Benchmarking Methodology
Quick Benchmarking
from torchium.benchmarks import QuickBenchmark
# Initialize benchmark
benchmark = QuickBenchmark()
# Run simple regression benchmark
results = benchmark.simple_regression_benchmark()
# Compare specific optimizers
optimizers_to_test = ['adam', 'adamw', 'sam', 'ranger', 'lion', 'adabelief']
results = benchmark.compare_optimizers(optimizers_to_test)
# Print results
for optimizer_name, metrics in results.items():
print(f"{optimizer_name}:")
print(f" Final Loss: {metrics['final_loss']:.6f}")
print(f" Convergence Time: {metrics['convergence_time']:.2f}s")
print(f" Memory Usage: {metrics['memory_usage']:.2f}MB")

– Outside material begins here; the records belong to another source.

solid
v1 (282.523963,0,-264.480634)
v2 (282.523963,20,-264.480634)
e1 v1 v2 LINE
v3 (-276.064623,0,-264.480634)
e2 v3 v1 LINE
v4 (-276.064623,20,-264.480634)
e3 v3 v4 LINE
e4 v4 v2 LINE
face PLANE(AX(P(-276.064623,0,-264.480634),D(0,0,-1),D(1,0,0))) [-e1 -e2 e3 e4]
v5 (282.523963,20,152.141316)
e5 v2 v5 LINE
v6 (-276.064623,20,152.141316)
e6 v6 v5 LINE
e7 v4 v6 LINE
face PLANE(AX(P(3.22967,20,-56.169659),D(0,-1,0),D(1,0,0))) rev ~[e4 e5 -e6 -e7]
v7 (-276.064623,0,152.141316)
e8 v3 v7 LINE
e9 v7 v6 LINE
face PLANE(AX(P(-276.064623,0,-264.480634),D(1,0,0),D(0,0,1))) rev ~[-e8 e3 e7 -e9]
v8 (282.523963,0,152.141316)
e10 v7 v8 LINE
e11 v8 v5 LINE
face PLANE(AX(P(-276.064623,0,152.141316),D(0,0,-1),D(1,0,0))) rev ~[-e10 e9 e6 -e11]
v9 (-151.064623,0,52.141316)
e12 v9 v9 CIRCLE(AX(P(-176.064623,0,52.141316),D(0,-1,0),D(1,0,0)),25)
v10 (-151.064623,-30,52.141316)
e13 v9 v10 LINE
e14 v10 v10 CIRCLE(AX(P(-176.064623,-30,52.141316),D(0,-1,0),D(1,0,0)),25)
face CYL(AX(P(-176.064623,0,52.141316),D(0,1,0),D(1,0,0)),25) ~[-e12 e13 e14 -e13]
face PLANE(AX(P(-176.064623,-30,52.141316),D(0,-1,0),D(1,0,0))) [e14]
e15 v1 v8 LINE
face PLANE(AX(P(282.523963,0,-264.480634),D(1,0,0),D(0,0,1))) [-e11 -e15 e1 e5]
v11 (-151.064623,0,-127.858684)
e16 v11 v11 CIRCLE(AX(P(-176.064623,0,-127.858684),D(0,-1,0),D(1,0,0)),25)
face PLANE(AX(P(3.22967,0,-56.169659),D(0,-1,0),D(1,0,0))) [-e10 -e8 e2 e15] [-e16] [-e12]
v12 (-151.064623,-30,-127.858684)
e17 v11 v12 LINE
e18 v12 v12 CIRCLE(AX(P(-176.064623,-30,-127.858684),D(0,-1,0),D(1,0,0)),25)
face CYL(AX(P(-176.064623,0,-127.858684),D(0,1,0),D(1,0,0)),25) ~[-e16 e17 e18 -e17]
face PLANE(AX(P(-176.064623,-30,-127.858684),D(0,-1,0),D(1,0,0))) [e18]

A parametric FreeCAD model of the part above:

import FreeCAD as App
import Part
import Sketcher

V = App.Vector


def add_polygon(sketch, points):
    """Adds a closed chain of lines whose ends are joined by coincident constraints."""
    first, n = sketch.GeometryCount, len(points)
    for a, b in zip(points, points[1:] + points[:1]):
        sketch.addGeometry(Part.LineSegment(App.Vector(*a, 0), App.Vector(*b, 0)), False)
    for i in range(n):
        sketch.addConstraint(Sketcher.Constraint("Coincident", first + i, 2, first + (i + 1) % n, 1))

doc = App.newDocument("Part")
body = doc.addObject("PartDesign::Body", "Body")

sketch1 = body.newObject("Sketcher::SketchObject", "Sketch")
sketch1.AttachmentSupport = (doc.getObject("XZ_Plane"), [""])
sketch1.MapMode = "FlatFace"
add_polygon(sketch1, [(-276, 152), (-276, -264), (283, -264), (283, 152)])
sketch1.addConstraint(Sketcher.Constraint("Vertical", 0))
sketch1.addConstraint(Sketcher.Constraint("Horizontal", 1))
sketch1.addConstraint(Sketcher.Constraint("Vertical", 2))
sketch1.addConstraint(Sketcher.Constraint("Horizontal", 3))
sketch1.addConstraint(Sketcher.Constraint("DistanceY", 0, 2, 0, 1, 416.62195))
sketch1.addConstraint(Sketcher.Constraint("DistanceX", 1, 1, 1, 2, 558.588586))
sketch1.addConstraint(Sketcher.Constraint("DistanceX", 0, 2, -1, 1, 276.064623))
sketch1.addConstraint(Sketcher.Constraint("DistanceY", 0, 2, -1, 1, 264.480634))
pad1 = body.newObject("PartDesign::Pad", "Pad")
pad1.Profile = sketch1
pad1.Length = 20
pad1.Reversed = True

sketch2 = body.newObject("Sketcher::SketchObject", "Sketch001")
sketch2.AttachmentSupport = (doc.getObject("XZ_Plane"), [""])
sketch2.MapMode = "FlatFace"
sketch2.addGeometry(Part.Circle(V(-176, 52, 0), V(0, 0, 1), 25), False)
sketch2.addGeometry(Part.Circle(V(-176, -128, 0), V(0, 0, 1), 25), False)
sketch2.addConstraint(Sketcher.Constraint("Equal", 0, 1))
sketch2.addConstraint(Sketcher.Constraint("Vertical", 0, 3, 1, 3))
sketch2.addConstraint(Sketcher.Constraint("Diameter", 0, 50.0))
sketch2.addConstraint(Sketcher.Constraint("DistanceY", 1, 3, 0, 3, 180.0))
sketch2.addConstraint(Sketcher.Constraint("DistanceX", 0, 3, -1, 1, 176.064623))
sketch2.addConstraint(Sketcher.Constraint("DistanceY", -1, 1, 0, 3, 52.141316))
pad2 = body.newObject("PartDesign::Pad", "Pad001")
pad2.Profile = sketch2
pad2.Length = 30

doc.recompute()
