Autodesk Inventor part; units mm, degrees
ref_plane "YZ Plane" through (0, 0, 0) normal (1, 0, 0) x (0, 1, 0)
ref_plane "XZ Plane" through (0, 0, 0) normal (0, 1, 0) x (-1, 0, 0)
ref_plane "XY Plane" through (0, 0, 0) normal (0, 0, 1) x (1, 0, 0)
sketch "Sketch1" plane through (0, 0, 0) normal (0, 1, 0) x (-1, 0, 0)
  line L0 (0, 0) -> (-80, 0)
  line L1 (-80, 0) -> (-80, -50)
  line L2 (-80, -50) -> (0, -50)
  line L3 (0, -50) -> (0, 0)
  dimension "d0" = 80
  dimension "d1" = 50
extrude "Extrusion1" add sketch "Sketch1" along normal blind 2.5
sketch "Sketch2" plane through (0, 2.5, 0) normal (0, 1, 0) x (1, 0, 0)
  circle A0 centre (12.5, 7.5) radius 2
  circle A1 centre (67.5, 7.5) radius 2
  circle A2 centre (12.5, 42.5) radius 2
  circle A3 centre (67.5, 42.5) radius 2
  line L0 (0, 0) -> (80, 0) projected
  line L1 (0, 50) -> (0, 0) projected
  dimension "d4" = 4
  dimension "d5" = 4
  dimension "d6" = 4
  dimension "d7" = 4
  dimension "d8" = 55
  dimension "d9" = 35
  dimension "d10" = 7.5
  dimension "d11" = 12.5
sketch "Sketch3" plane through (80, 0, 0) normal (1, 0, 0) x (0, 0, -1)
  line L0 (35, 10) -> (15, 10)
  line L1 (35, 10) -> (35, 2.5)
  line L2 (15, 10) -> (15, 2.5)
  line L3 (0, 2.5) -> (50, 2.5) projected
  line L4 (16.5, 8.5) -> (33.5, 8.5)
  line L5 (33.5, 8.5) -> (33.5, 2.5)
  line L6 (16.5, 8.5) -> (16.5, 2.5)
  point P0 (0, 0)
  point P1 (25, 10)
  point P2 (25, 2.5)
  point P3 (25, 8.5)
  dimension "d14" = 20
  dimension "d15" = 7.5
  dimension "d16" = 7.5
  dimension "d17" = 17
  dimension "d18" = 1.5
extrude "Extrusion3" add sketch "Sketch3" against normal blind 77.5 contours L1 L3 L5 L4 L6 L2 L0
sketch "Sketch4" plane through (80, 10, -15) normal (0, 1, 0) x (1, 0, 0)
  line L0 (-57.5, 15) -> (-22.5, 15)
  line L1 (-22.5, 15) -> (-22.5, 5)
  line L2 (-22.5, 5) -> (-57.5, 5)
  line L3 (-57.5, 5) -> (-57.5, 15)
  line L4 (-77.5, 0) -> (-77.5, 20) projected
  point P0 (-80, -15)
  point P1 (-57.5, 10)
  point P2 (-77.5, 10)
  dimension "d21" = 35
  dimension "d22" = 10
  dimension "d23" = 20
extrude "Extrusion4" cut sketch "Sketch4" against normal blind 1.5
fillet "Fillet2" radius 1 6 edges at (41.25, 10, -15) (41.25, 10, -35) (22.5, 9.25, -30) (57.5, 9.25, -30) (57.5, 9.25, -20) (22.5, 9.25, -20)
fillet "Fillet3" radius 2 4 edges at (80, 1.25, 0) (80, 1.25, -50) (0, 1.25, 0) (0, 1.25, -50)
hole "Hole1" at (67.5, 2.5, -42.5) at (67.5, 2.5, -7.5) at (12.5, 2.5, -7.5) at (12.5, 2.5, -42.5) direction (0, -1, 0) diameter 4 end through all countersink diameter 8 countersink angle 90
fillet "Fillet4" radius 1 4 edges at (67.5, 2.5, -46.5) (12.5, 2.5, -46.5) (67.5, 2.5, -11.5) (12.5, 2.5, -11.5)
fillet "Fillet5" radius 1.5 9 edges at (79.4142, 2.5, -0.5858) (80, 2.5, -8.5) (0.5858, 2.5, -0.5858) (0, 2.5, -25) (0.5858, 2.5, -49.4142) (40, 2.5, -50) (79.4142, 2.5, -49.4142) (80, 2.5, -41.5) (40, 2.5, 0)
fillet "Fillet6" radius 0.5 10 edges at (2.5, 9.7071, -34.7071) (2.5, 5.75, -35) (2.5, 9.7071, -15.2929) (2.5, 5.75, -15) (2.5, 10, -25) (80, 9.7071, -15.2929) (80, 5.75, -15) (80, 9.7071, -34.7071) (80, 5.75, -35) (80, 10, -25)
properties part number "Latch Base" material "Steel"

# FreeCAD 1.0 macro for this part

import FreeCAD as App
import Part
import Sketcher
from FreeCAD import Vector


def edges_at(feature, points):
    """Names of the edges that pass closest to the given points."""
    edges = feature.Shape.Edges
    near = lambda p: min(range(len(edges)), key=lambda i: edges[i].distToShape(Part.Vertex(*p))[0])
    return sorted({f"Edge{near(p) + 1}" for p in points})


def add_polygon(sketch, points):
    """Adds a closed chain of lines whose ends are joined by coincident constraints."""
    first, n = sketch.GeometryCount, len(points)
    for a, b in zip(points, points[1:] + points[:1]):
        sketch.addGeometry(Part.LineSegment(App.Vector(*a, 0), App.Vector(*b, 0)), False)
    for i in range(n):
        sketch.addConstraint(Sketcher.Constraint("Coincident", first + i, 2, first + (i + 1) % n, 1))

doc = App.newDocument("Part")
body = doc.addObject("PartDesign::Body", "Body")

# Sketch on XZ plane
sketch1 = body.newObject("Sketcher::SketchObject", "Sketch")
sketch1.AttachmentSupport = (doc.getObject("XZ_Plane"), [""])
sketch1.MapMode = "FlatFace"
add_polygon(sketch1, [(0, -50), (0, 0), (80, 0), (80, -50)])  # lines 0-3
sketch1.addConstraint([
    Sketcher.Constraint("Vertical", 0),
    Sketcher.Constraint("Horizontal", 1),
    Sketcher.Constraint("Vertical", 2),
    Sketcher.Constraint("Horizontal", 3),
    Sketcher.Constraint("Coincident", 0, 2, -1, 1),
    Sketcher.Constraint("DistanceX", 1, 1, 1, 2, 80.0),
    Sketcher.Constraint("DistanceY", 0, 1, 0, 2, 50.0),
])
pad1 = body.newObject("PartDesign::Pad", "Pad")
pad1.Profile = sketch1
pad1.Length = 2.5
pad1.Reversed = True

# Sketch on YZ plane
sketch2 = body.newObject("Sketcher::SketchObject", "Sketch001")
sketch2.AttachmentSupport = (doc.getObject("YZ_Plane"), [""])
sketch2.MapMode = "FlatFace"
sketch2.AttachmentOffset = App.Placement(Vector(0, 0, 80), App.Rotation())
add_polygon(sketch2, [(2.5, -35), (10, -35), (10, -15), (2.5, -15), (2.5, -16.5), (8.5, -16.5), (8.5, -33.5), (2.5, -33.5)])  # lines 0-7
sketch2.addConstraint([
    Sketcher.Constraint("Horizontal", 0),
    Sketcher.Constraint("Vertical", 1),
    Sketcher.Constraint("Horizontal", 2),
    Sketcher.Constraint("Vertical", 3),
    Sketcher.Constraint("Horizontal", 4),
    Sketcher.Constraint("Vertical", 5),
    Sketcher.Constraint("Horizontal", 6),
    Sketcher.Constraint("Vertical", 7),
    Sketcher.Constraint("Vertical", 3, 2, 6, 2),
    Sketcher.Constraint("Equal", 3, 7),
    Sketcher.Constraint("DistanceY", 1, 1, 1, 2, 20.0),
    Sketcher.Constraint("DistanceY", 5, 2, 5, 1, 17.0),
    Sketcher.Constraint("DistanceX", 0, 1, 0, 2, 7.5),
    Sketcher.Constraint("DistanceX", 4, 2, 1, 2, 1.5),
    Sketcher.Constraint("DistanceX", -1, 1, 0, 2, 10.0),
    Sketcher.Constraint("DistanceY", 0, 2, -1, 1, 35.0),
])
pad2 = body.newObject("PartDesign::Pad", "Pad001")
pad2.Profile = sketch2
pad2.Length = 77.5
pad2.Reversed = True

# Sketch on XZ plane
sketch3 = body.newObject("Sketcher::SketchObject", "Sketch002")
sketch3.AttachmentSupport = (doc.getObject("XZ_Plane"), [""])
sketch3.MapMode = "FlatFace"
sketch3.AttachmentOffset = App.Placement(Vector(0, 0, -10), App.Rotation())
add_polygon(sketch3, [(58, -30), (22, -30), (22, -20), (58, -20)])  # lines 0-3
sketch3.addConstraint([
    Sketcher.Constraint("Horizontal", 0),
    Sketcher.Constraint("Vertical", 1),
    Sketcher.Constraint("Horizontal", 2),
    Sketcher.Constraint("Vertical", 3),
    Sketcher.Constraint("DistanceX", 0, 2, 0, 1, 35.0),
    Sketcher.Constraint("DistanceY", 1, 1, 1, 2, 10.0),
    Sketcher.Constraint("DistanceY", 1, 2, -1, 1, 20.0),
    Sketcher.Constraint("DistanceX", -1, 1, 0, 2, 22.5),
])
pocket1 = body.newObject("PartDesign::Pocket", "Pocket")
pocket1.Profile = sketch3
pocket1.Length = 1.5
pocket1.Reversed = True
doc.recompute()

fillet = body.newObject("PartDesign::Fillet", "Fillet")
fillet.Base = (pocket1, edges_at(pocket1, [
    (41.25, 10, -15),
    (41.25, 10, -35),
    (22.5, 9.25, -30),
    (57.5, 9.25, -30),
    (57.5, 9.25, -20),
    (22.5, 9.25, -20),
]))
fillet.Radius = 1
doc.recompute()

fillet2 = body.newObject("PartDesign::Fillet", "Fillet001")
fillet2.Base = (fillet, edges_at(fillet, [
    (80, 1.25, 0),
    (80, 1.25, -50),
    (0, 1.25, 0),
    (0, 1.25, -50),
]))
fillet2.Radius = 2

# Sketch on XZ plane
sketch4 = body.newObject("Sketcher::SketchObject", "Sketch003")
sketch4.AttachmentSupport = (doc.getObject("XZ_Plane"), [""])
sketch4.MapMode = "FlatFace"
sketch4.AttachmentOffset = App.Placement(Vector(0, 0, -2.5), App.Rotation())
sketch4.addGeometry([
    Part.Circle(Vector(67.5, -42.5, 0), Vector(0, 0, 1), 2),
    Part.Circle(Vector(67.5, -7.5, 0), Vector(0, 0, 1), 2),
    Part.Circle(Vector(12.5, -7.5, 0), Vector(0, 0, 1), 2),
    Part.Circle(Vector(12.5, -42.5, 0), Vector(0, 0, 1), 2),
], False)
sketch4.addConstraint([
    Sketcher.Constraint("Equal", 0, 1),
    Sketcher.Constraint("Equal", 1, 2),
    Sketcher.Constraint("Equal", 2, 3),
    Sketcher.Constraint("Horizontal", 1, 3, 2, 3),
    Sketcher.Constraint("Horizontal", 0, 3, 3, 3),
    Sketcher.Constraint("Vertical", 0, 3, 1, 3),
    Sketcher.Constraint("Vertical", 2, 3, 3, 3),
    Sketcher.Constraint("Diameter", 0, 4.0),
    Sketcher.Constraint("DistanceY", 0, 3, 1, 3, 35.0),
    Sketcher.Constraint("DistanceX", 2, 3, 1, 3, 55.0),
    Sketcher.Constraint("DistanceX", -1, 1, 0, 3, 67.5),
    Sketcher.Constraint("DistanceY", 0, 3, -1, 1, 42.5),
])
doc.recompute()
hole = body.newObject("PartDesign::Hole", "Hole")
hole.Profile = sketch4
hole.ThreadType = "None"
hole.Diameter = 4
hole.DepthType = "ThroughAll"
hole.HoleCutType = "Countersink"
hole.HoleCutDiameter = 8
hole.HoleCutCountersinkAngle = 90
hole.Reversed = True
doc.recompute()

fillet3 = body.newObject("PartDesign::Fillet", "Fillet002")
fillet3.Base = (hole, edges_at(hole, [
    (67.5, 2.5, -46.5),
    (12.5, 2.5, -46.5),
    (67.5, 2.5, -11.5),
    (12.5, 2.5, -11.5),
]))
fillet3.Radius = 1
doc.recompute()

fillet4 = body.newObject("PartDesign::Fillet", "Fillet003")
fillet4.Base = (fillet3, edges_at(fillet3, [
    (79.414, 2.5, -0.586),
    (80, 2.5, -8.5),
    (0.586, 2.5, -0.586),
    (0, 2.5, -25),
    (0.586, 2.5, -49.414),
    (40, 2.5, -50),
    (79.414, 2.5, -49.414),
    (80, 2.5, -41.5),
    (40, 2.5, 0),
]))
fillet4.Radius = 1.5
doc.recompute()

fillet5 = body.newObject("PartDesign::Fillet", "Fillet004")
fillet5.Base = (fillet4, edges_at(fillet4, [
    (2.5, 9.707, -34.707),
    (2.5, 5.75, -35),
    (2.5, 9.707, -15.293),
    (2.5, 5.75, -15),
    (2.5, 10, -25),
    (80, 9.707, -15.293),
    (80, 5.75, -15),
    (80, 9.707, -34.707),
    (80, 5.75, -35),
    (80, 10, -25),
]))
fillet5.Radius = 0.5

doc.recompute()
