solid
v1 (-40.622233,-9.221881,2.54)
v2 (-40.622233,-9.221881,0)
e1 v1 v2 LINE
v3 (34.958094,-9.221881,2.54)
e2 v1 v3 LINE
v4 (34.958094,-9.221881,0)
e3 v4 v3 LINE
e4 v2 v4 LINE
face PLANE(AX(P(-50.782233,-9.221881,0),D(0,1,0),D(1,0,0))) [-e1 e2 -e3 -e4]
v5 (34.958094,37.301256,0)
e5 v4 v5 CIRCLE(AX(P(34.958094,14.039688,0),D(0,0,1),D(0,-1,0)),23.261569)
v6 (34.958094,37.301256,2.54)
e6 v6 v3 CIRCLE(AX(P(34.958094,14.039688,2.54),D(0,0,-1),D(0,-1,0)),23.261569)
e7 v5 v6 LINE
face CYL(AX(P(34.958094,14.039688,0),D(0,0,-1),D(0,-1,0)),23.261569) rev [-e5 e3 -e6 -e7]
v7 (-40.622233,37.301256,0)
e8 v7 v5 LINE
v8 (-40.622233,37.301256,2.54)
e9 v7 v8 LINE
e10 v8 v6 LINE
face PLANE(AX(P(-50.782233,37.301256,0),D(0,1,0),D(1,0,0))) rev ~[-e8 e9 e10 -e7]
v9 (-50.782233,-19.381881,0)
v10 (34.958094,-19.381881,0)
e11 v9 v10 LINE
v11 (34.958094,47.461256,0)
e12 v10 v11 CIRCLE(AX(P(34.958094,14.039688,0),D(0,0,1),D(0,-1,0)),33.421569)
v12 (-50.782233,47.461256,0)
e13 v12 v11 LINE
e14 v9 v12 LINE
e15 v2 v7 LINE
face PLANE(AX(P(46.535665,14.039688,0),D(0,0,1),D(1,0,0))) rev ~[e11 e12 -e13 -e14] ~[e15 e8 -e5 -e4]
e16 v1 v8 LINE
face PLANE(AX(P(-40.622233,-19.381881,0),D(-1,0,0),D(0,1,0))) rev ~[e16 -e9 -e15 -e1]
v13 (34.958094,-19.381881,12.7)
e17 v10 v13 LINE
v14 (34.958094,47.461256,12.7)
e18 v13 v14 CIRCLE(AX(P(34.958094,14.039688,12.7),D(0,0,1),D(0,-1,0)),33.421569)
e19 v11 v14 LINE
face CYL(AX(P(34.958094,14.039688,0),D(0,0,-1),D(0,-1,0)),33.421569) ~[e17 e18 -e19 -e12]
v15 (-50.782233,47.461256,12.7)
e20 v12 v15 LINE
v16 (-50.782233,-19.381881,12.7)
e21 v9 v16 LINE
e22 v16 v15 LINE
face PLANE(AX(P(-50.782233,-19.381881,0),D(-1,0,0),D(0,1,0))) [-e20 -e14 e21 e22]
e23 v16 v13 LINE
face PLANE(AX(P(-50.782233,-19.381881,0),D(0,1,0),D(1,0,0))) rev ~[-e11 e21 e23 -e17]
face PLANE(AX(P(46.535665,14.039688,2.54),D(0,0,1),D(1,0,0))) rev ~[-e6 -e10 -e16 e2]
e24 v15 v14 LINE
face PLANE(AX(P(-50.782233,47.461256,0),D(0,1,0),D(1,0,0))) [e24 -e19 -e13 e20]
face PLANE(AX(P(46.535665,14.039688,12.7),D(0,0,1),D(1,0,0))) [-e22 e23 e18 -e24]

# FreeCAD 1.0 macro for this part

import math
import FreeCAD as App
import Part
import Sketcher
Q = App.Units.Quantity


def faces_at(feature, points):
    """Names of the faces that lie closest to the given points."""
    faces = feature.Shape.Faces
    near = lambda p: min(range(len(faces)), key=lambda i: faces[i].distToShape(Part.Vertex(*p))[0])
    return sorted({f"Face{near(p) + 1}" for p in points})

doc = App.newDocument("Part")
body = doc.addObject("PartDesign::Body", "Body")

# Sketch on XY plane
sketch1 = doc.addObject("Sketcher::SketchObject", "Sketch")
body.addObject(sketch1)
sketch1.AttachmentSupport = (doc.XY_Plane, [""])
sketch1.MapMode = "FlatFace"
sketch1.addGeometry(Part.ArcOfCircle(Part.Circle(App.Vector(35, 14, 0), App.Vector(0, 0, 1), 33), math.radians(-90), math.radians(90)), False)
sketch1.addGeometry(Part.LineSegment(App.Vector(35, 47, 0), App.Vector(-51, 47, 0)), False)
sketch1.addGeometry(Part.LineSegment(App.Vector(-51, 47, 0), App.Vector(-51, -19, 0)), False)
sketch1.addGeometry(Part.LineSegment(App.Vector(-51, -19, 0), App.Vector(35, -19, 0)), False)
sketch1.addConstraint(Sketcher.Constraint("Tangent", 0, 2, 1, 1))
sketch1.addConstraint(Sketcher.Constraint("Coincident", 1, 2, 2, 1))
sketch1.addConstraint(Sketcher.Constraint("Coincident", 2, 2, 3, 1))
sketch1.addConstraint(Sketcher.Constraint("Tangent", 3, 2, 0, 1))
sketch1.addConstraint(Sketcher.Constraint("Horizontal", 1))
sketch1.addConstraint(Sketcher.Constraint("Vertical", 2))
sketch1.addConstraint(Sketcher.Constraint("Horizontal", 3))
sketch1.addConstraint(Sketcher.Constraint("Radius", 0, 33.421569))
sketch1.addConstraint(Sketcher.Constraint("DistanceX", 1, 2, 1, 1, 85.740328))
sketch1.addConstraint(Sketcher.Constraint("DistanceY", 2, 2, -1, 1, 19.381881))
sketch1.addConstraint(Sketcher.Constraint("DistanceX", -1, 1, 0, 3, 34.958094))
pad1 = doc.addObject("PartDesign::Pad", "Pad")
body.addObject(pad1)
pad1.Profile = sketch1
pad1.Length = Q("0.5 in")
doc.recompute()

thickness = doc.addObject("PartDesign::Thickness", "Thickness")
body.addObject(thickness)
thickness.Base = (pad1, faces_at(pad1, [(8.799, 14.04, 0)]))
thickness.Value = Q("0.4 in")
thickness.Reversed = True
thickness.Join = "Arc"

doc.recompute()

Comprehensive Benchmarking
from torchium.benchmarks import OptimizerBenchmark
# Initialize comprehensive benchmark
benchmark = OptimizerBenchmark()
# Test on different tasks
tasks = ['regression', 'classification', 'computer_vision', 'nlp']
for task in tasks:
print(f"\nBenchmarking {task}...")
results = benchmark.benchmark_task(task)
# Analyze results
best_optimizer = min(results.items(), key=lambda x: x[1]['final_loss'])
print(f"Best optimizer for {task}: {best_optimizer[0]}")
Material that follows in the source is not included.